Red Cross warns Iraq of resentment over IS detainees

Red Cross warns Iraq of resentment over IS detainees
AFP

Baghdad (AFP) – The head of the International Committee of the Red Cross warned Iraq on Wednesday of resentment among relatives of detainees suspected of fighting for the Islamic State group.

The ICRC’s Peter Maurer called for reconciliation in the country three months after the Iraqi government declared victory over the IS jihadists.

“This is a critical moment in Iraq and Iraqi politics,” Maurer told a news conference in Baghdad after visiting the country’s Sunni Muslim heartland of Anbar province.

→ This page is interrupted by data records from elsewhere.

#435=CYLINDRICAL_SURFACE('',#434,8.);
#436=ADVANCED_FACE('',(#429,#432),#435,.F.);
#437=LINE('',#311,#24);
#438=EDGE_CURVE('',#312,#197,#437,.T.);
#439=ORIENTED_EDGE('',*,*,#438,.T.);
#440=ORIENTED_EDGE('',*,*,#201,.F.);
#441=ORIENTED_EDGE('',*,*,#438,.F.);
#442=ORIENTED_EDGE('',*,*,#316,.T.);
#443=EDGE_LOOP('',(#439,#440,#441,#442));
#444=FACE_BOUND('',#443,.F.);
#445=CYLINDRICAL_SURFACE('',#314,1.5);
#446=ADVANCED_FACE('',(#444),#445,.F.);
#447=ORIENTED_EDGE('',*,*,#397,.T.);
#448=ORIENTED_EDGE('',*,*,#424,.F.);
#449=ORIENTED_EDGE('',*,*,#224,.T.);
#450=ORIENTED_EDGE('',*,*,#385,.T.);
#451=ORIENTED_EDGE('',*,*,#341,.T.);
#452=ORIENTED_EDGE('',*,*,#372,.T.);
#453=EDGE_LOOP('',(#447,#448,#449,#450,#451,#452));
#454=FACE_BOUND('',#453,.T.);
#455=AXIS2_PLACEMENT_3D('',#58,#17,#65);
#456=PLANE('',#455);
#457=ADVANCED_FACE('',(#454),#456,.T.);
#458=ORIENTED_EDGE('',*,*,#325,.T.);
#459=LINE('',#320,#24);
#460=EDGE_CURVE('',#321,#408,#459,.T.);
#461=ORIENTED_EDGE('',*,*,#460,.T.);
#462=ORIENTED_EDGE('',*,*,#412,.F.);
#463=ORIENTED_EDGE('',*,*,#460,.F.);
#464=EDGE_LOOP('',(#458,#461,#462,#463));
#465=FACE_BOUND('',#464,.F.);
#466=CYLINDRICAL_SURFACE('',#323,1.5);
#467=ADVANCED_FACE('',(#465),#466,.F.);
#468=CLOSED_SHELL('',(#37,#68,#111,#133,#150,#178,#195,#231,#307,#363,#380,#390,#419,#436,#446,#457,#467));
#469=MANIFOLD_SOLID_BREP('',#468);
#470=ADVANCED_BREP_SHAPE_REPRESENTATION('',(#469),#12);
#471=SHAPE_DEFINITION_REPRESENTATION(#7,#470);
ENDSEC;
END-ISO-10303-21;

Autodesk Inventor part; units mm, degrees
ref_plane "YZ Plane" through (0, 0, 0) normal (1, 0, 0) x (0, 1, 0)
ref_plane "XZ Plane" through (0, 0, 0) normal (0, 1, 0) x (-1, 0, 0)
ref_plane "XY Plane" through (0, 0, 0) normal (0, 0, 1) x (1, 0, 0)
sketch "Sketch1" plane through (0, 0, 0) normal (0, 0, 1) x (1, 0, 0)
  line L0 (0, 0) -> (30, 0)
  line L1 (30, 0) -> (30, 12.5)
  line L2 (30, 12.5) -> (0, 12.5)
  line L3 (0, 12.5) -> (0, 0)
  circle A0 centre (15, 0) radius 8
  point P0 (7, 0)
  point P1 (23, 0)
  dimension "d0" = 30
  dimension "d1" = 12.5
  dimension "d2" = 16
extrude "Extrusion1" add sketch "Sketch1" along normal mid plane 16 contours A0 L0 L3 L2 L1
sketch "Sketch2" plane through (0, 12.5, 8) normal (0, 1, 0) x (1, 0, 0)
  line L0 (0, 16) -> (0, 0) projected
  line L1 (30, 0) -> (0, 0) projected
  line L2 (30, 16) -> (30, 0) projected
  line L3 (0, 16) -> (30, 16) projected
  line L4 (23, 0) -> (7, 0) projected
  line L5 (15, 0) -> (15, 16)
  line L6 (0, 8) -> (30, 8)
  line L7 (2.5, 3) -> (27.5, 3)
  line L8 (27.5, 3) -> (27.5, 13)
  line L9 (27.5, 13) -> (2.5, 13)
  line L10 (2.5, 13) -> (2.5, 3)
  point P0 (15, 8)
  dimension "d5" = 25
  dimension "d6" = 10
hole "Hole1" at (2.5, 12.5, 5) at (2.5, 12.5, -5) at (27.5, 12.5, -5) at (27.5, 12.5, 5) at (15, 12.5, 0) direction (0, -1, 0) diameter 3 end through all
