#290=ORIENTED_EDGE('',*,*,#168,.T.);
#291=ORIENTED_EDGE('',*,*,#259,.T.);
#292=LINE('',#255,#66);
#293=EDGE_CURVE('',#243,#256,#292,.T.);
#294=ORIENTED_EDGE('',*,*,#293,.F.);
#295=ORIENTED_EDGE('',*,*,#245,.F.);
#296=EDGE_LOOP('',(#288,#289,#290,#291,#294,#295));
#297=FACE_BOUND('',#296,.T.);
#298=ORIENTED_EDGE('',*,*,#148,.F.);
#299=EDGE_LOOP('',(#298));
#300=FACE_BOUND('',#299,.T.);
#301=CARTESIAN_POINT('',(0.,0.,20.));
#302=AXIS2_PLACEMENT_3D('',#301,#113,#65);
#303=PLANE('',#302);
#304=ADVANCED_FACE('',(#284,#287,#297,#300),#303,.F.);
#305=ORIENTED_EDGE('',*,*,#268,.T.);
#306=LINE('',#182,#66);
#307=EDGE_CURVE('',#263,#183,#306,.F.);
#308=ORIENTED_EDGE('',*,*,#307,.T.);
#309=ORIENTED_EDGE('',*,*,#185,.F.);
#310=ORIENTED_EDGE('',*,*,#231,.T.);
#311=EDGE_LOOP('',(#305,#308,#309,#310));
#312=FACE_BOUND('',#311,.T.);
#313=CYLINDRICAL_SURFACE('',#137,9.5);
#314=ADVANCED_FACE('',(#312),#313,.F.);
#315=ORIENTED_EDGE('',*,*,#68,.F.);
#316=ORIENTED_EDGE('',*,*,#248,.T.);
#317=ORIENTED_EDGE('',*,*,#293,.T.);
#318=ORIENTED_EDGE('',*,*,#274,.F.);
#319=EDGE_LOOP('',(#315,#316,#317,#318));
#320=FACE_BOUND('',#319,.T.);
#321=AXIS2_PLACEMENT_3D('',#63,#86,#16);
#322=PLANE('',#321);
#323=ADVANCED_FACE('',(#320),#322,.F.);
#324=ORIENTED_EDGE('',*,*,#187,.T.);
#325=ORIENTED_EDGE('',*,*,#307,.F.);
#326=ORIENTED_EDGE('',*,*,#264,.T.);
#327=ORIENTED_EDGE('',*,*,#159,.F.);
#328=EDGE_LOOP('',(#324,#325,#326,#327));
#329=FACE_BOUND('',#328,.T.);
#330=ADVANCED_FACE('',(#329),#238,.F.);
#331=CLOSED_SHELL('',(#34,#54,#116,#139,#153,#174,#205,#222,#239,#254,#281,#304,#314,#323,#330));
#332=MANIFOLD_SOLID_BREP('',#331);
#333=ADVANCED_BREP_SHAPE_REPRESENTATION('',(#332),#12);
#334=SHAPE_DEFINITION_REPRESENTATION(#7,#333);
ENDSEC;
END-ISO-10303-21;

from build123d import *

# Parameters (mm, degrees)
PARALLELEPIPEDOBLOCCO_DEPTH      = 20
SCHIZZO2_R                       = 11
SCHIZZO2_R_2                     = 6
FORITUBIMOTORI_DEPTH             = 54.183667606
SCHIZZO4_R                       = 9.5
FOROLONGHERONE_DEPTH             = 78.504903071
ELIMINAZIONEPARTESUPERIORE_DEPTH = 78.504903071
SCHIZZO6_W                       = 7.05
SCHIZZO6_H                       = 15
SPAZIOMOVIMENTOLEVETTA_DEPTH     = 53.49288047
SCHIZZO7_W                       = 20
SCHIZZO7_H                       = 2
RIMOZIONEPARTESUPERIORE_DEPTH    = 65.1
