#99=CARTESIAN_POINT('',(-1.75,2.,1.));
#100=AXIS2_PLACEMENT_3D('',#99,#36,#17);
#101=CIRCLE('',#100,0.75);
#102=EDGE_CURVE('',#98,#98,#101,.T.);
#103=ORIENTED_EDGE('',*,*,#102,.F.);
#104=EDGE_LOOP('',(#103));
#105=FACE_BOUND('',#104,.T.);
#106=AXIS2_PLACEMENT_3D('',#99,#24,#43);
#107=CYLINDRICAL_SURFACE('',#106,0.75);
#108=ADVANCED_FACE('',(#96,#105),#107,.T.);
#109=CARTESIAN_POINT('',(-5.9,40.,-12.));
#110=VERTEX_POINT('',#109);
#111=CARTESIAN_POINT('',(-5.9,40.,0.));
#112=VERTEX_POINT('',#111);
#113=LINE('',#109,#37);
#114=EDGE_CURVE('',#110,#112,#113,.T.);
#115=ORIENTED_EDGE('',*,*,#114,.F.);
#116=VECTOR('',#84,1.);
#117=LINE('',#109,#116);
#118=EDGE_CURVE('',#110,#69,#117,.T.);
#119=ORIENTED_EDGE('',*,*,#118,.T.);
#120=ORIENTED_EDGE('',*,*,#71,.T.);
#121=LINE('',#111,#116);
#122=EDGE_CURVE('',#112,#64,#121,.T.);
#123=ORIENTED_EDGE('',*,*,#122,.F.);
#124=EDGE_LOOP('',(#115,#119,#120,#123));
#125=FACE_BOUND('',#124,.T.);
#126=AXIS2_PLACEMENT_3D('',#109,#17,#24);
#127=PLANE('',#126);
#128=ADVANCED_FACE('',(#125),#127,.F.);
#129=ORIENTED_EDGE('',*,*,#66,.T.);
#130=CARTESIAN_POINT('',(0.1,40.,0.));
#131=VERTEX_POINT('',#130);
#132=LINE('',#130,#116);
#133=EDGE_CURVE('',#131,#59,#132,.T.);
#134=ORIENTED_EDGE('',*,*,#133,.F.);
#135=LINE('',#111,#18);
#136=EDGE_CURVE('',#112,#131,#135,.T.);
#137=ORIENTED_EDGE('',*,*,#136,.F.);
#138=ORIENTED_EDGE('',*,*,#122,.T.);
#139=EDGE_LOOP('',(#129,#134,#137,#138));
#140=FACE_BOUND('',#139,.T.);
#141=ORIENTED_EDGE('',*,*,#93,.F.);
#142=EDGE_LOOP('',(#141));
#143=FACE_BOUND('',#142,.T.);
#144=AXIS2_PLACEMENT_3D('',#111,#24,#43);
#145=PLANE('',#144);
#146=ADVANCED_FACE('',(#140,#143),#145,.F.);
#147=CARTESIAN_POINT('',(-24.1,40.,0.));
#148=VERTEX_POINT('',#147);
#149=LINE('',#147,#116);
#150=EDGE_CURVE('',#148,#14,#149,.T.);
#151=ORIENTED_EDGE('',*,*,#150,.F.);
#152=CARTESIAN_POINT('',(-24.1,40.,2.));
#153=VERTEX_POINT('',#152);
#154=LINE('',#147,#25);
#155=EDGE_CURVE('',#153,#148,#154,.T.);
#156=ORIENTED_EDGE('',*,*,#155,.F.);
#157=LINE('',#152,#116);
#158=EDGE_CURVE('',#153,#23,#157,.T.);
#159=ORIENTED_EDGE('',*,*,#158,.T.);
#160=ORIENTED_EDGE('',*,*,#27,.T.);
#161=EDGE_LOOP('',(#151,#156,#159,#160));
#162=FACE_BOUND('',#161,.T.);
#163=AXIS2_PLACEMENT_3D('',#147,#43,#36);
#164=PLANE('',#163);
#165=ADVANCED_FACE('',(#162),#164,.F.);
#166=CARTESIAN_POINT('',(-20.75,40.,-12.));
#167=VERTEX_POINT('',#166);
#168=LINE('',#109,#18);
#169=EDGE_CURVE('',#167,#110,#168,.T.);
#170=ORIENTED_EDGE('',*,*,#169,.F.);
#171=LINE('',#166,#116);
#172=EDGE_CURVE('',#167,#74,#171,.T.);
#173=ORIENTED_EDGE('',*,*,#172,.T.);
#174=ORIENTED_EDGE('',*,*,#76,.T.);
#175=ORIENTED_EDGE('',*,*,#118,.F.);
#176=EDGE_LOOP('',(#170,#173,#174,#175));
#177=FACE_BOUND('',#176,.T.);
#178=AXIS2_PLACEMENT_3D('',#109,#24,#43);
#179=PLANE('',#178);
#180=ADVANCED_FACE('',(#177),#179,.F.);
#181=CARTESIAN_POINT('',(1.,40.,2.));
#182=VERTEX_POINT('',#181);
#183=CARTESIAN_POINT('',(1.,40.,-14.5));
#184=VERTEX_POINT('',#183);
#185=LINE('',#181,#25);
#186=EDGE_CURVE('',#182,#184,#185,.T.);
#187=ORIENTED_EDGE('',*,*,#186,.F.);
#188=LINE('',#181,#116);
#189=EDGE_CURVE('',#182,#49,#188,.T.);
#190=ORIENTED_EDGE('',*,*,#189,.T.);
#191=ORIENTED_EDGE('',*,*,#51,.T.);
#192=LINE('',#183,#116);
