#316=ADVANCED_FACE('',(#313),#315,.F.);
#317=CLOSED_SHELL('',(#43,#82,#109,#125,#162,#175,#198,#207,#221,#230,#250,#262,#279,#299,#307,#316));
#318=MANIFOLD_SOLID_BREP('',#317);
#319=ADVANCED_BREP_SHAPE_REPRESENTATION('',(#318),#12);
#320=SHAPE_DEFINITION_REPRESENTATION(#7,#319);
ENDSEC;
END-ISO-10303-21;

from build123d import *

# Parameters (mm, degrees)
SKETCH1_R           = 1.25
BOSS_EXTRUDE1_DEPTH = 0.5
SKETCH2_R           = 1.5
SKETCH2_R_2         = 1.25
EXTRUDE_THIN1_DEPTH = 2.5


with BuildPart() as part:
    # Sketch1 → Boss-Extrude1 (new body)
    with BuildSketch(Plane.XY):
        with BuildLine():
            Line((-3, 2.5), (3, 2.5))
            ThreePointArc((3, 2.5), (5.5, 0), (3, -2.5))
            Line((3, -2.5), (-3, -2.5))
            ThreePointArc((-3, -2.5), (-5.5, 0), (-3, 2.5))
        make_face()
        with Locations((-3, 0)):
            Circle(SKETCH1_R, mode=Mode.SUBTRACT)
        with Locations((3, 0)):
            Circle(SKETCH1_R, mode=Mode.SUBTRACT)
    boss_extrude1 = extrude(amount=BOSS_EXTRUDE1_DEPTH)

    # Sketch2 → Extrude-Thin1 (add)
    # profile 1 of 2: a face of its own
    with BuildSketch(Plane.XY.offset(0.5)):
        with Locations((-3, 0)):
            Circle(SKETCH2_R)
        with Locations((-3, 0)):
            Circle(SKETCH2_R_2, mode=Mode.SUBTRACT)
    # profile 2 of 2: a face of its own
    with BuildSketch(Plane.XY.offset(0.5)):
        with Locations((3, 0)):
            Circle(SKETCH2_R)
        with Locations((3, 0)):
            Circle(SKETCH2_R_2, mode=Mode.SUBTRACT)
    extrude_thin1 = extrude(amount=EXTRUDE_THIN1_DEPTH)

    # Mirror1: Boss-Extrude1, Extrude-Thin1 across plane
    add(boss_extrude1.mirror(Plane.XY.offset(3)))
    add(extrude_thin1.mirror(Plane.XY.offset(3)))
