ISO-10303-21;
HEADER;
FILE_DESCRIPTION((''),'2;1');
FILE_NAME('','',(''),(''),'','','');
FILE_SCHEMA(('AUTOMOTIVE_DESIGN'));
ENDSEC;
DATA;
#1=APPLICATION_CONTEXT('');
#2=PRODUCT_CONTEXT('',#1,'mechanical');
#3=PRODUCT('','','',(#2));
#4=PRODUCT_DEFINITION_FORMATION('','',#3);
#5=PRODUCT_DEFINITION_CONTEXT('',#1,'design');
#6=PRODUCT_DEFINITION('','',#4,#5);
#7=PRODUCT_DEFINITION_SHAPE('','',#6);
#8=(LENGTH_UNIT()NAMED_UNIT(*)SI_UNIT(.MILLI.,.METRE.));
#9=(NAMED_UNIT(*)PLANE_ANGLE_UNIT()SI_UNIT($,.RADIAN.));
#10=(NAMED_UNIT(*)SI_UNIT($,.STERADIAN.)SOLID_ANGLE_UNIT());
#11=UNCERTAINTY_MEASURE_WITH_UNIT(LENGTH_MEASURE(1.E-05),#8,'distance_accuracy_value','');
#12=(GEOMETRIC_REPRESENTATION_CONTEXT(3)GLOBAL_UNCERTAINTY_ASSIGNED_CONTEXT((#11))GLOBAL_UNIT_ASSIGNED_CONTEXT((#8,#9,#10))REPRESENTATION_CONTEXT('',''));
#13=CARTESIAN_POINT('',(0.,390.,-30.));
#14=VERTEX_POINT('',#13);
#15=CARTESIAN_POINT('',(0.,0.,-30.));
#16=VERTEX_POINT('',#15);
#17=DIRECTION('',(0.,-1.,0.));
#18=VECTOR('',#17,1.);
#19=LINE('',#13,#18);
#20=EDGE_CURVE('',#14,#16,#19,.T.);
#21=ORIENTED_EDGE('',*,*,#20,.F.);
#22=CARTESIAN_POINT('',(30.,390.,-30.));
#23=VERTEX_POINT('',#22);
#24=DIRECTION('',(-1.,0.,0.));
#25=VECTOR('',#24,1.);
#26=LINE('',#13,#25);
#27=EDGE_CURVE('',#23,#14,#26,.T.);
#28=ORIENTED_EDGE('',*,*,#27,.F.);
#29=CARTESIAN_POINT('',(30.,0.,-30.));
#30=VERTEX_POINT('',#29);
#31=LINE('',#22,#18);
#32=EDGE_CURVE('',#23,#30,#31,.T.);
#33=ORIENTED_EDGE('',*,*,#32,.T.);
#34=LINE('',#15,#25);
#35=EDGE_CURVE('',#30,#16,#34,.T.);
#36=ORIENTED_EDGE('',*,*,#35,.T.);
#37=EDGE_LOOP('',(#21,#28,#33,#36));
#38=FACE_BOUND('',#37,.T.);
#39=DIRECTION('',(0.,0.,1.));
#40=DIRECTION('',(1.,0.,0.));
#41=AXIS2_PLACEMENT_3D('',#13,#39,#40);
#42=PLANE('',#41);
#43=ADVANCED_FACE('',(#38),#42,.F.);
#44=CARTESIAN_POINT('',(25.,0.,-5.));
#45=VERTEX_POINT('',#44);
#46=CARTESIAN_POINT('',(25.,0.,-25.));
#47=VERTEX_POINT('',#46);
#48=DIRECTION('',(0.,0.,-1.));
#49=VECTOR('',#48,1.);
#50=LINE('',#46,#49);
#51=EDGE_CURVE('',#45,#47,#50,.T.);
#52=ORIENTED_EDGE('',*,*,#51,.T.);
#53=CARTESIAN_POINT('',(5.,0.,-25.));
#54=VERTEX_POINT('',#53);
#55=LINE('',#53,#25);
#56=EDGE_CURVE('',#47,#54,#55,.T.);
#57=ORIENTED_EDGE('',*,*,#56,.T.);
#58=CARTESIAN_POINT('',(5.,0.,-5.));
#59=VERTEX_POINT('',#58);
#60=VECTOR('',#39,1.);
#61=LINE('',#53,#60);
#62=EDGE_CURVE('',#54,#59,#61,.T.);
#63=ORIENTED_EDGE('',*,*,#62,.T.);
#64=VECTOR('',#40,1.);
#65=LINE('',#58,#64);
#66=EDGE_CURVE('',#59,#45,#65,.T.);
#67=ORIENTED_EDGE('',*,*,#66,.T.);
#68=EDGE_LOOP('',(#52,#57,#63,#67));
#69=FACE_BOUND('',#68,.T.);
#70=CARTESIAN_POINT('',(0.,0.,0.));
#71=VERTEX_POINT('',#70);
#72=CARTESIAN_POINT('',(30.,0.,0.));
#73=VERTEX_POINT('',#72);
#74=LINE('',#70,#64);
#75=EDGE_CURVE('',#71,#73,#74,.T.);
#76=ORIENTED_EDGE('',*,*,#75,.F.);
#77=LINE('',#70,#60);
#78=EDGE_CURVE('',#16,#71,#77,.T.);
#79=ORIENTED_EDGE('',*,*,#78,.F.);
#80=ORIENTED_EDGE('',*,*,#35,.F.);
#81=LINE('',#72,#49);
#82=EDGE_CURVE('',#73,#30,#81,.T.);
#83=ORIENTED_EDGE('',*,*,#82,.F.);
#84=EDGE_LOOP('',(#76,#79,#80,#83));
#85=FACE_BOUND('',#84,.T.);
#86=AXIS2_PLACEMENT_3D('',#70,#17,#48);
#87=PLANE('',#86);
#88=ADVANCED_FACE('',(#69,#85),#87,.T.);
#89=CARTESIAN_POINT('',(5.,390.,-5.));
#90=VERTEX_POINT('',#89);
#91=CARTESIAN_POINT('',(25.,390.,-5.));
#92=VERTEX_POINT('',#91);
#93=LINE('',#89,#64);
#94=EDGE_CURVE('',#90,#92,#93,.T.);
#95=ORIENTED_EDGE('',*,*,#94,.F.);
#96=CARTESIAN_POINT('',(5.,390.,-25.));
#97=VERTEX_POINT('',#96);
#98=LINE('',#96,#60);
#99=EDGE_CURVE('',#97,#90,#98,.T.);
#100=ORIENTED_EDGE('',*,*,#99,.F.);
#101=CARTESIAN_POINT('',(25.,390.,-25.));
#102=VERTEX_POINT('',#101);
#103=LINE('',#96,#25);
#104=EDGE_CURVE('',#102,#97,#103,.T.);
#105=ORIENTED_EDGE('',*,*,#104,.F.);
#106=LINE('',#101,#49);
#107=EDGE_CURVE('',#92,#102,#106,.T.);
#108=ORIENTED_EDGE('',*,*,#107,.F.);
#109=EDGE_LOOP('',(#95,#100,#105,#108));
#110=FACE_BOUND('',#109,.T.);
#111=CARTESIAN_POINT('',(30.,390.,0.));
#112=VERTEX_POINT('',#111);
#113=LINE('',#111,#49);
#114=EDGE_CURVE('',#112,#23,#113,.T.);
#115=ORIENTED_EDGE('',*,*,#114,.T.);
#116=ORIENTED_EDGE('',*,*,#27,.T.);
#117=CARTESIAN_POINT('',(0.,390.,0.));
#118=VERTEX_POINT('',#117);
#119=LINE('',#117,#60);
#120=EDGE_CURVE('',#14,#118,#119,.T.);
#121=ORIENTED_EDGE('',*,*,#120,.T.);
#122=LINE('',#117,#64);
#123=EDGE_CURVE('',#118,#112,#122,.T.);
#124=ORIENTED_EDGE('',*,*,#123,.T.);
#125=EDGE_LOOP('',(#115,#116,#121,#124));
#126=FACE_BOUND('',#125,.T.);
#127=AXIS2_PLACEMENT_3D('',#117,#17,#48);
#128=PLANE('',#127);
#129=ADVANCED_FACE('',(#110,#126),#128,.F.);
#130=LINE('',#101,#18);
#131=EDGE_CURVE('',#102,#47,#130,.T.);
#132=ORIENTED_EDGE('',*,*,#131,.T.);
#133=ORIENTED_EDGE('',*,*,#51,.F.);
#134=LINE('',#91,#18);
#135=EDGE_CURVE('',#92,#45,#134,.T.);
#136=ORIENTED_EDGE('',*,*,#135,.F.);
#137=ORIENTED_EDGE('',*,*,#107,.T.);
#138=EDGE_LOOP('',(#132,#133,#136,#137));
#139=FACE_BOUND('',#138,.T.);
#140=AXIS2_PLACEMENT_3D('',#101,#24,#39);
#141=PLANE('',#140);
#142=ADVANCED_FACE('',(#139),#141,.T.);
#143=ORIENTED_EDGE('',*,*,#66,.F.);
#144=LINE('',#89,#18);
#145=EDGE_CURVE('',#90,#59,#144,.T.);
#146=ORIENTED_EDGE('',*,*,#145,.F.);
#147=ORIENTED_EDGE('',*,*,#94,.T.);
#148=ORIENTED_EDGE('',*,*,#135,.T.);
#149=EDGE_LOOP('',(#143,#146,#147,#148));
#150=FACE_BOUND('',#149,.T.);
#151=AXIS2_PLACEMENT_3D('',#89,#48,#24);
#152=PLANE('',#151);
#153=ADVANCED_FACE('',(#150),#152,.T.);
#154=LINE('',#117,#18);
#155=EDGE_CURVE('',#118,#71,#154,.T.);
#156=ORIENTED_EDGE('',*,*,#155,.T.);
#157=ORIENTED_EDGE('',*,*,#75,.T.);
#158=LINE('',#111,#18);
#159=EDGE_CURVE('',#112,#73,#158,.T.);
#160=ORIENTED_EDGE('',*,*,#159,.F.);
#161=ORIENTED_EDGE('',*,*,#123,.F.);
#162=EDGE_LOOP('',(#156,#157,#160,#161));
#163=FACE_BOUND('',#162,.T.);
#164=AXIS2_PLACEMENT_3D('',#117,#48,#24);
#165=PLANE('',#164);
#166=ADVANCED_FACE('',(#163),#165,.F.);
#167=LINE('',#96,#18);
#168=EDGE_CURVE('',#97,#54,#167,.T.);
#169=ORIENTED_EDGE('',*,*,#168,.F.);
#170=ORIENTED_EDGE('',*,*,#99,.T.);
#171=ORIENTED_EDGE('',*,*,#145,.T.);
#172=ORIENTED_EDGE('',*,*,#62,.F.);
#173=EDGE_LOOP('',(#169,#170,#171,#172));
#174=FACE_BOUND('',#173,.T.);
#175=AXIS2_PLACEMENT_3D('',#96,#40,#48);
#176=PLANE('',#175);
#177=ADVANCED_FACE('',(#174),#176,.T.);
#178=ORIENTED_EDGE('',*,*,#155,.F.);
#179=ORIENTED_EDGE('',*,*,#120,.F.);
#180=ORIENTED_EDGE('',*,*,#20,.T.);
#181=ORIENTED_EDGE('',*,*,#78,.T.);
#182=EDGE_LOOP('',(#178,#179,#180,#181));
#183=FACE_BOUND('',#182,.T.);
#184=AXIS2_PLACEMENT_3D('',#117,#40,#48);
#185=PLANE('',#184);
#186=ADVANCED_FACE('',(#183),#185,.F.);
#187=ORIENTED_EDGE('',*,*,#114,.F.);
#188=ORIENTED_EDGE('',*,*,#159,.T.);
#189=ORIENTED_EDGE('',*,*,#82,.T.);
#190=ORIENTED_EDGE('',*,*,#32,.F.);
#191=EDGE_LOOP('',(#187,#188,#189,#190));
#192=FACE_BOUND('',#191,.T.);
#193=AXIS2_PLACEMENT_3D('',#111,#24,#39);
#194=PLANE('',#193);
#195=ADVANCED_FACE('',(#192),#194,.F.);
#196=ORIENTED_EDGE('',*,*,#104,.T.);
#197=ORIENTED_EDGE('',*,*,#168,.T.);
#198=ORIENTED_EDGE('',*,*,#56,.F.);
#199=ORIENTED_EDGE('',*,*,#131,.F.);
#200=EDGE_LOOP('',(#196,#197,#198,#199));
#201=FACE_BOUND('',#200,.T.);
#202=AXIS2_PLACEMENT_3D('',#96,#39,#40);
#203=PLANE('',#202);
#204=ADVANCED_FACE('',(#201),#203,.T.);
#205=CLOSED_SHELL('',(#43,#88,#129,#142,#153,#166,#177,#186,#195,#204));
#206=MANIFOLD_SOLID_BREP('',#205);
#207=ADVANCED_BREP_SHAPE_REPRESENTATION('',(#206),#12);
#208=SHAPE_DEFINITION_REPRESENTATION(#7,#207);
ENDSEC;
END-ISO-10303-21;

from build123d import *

# Parameters (mm, degrees)
SKETCH1_W           = 30
SKETCH1_H           = 30
SKETCH1_W_2         = 20
SKETCH1_H_2         = 20
BOSS_EXTRUDE1_DEPTH = 390


with BuildPart() as part:
    # Sketch1 → Boss-Extrude1 (new body)
    with BuildSketch(Plane(origin=(0, 0, 0), x_dir=(1, 0, 0), z_dir=(0, 1, 0))):
        with Locations((15, 15)):
            Rectangle(SKETCH1_W, SKETCH1_H)
        with Locations((15, 15)):
            Rectangle(SKETCH1_W_2, SKETCH1_H_2, mode=Mode.SUBTRACT)
    extrude(amount=BOSS_EXTRUDE1_DEPTH)


solid = part.part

The ICRC president cautioned against depriving the families of suspected jihadists of “regular access to brothers, fathers, husbands”.

Many were worried about “where they are detained and by who, what is the future of their bread-giver,” he told journalists.

Iraqi Prime Minister Haider al-Abadi in December declared victory over the Sunni extremist group after a years-long battle in which Shiite-dominated paramilitaries played a central role.

Pro-government forces detained some 20,000 suspected IS fighters, researchers say, but Iraqi authorities have not confirmed how many prisoners they are holding.

Maurer said some suspected jihadists’ relatives had been confined to camps and were barred from moving freely.

Hundreds of women and children, both Iraqi and foreign, had been detained in Iraq, he added.

“The issue of foreign fighters is particularly complex,” he said, adding the ICRC had been able to deliver assistance to some families in need.

Less than a month after world powers pledged $30 billion (24 billion euros) at a donors’ conference on Iraq’s reconstruction, Maurer said there were “still a lot of humanitarian needs”.

Iraq remains the ICRC’s second most important theatre of operations, he said, after war-ravaged Syria.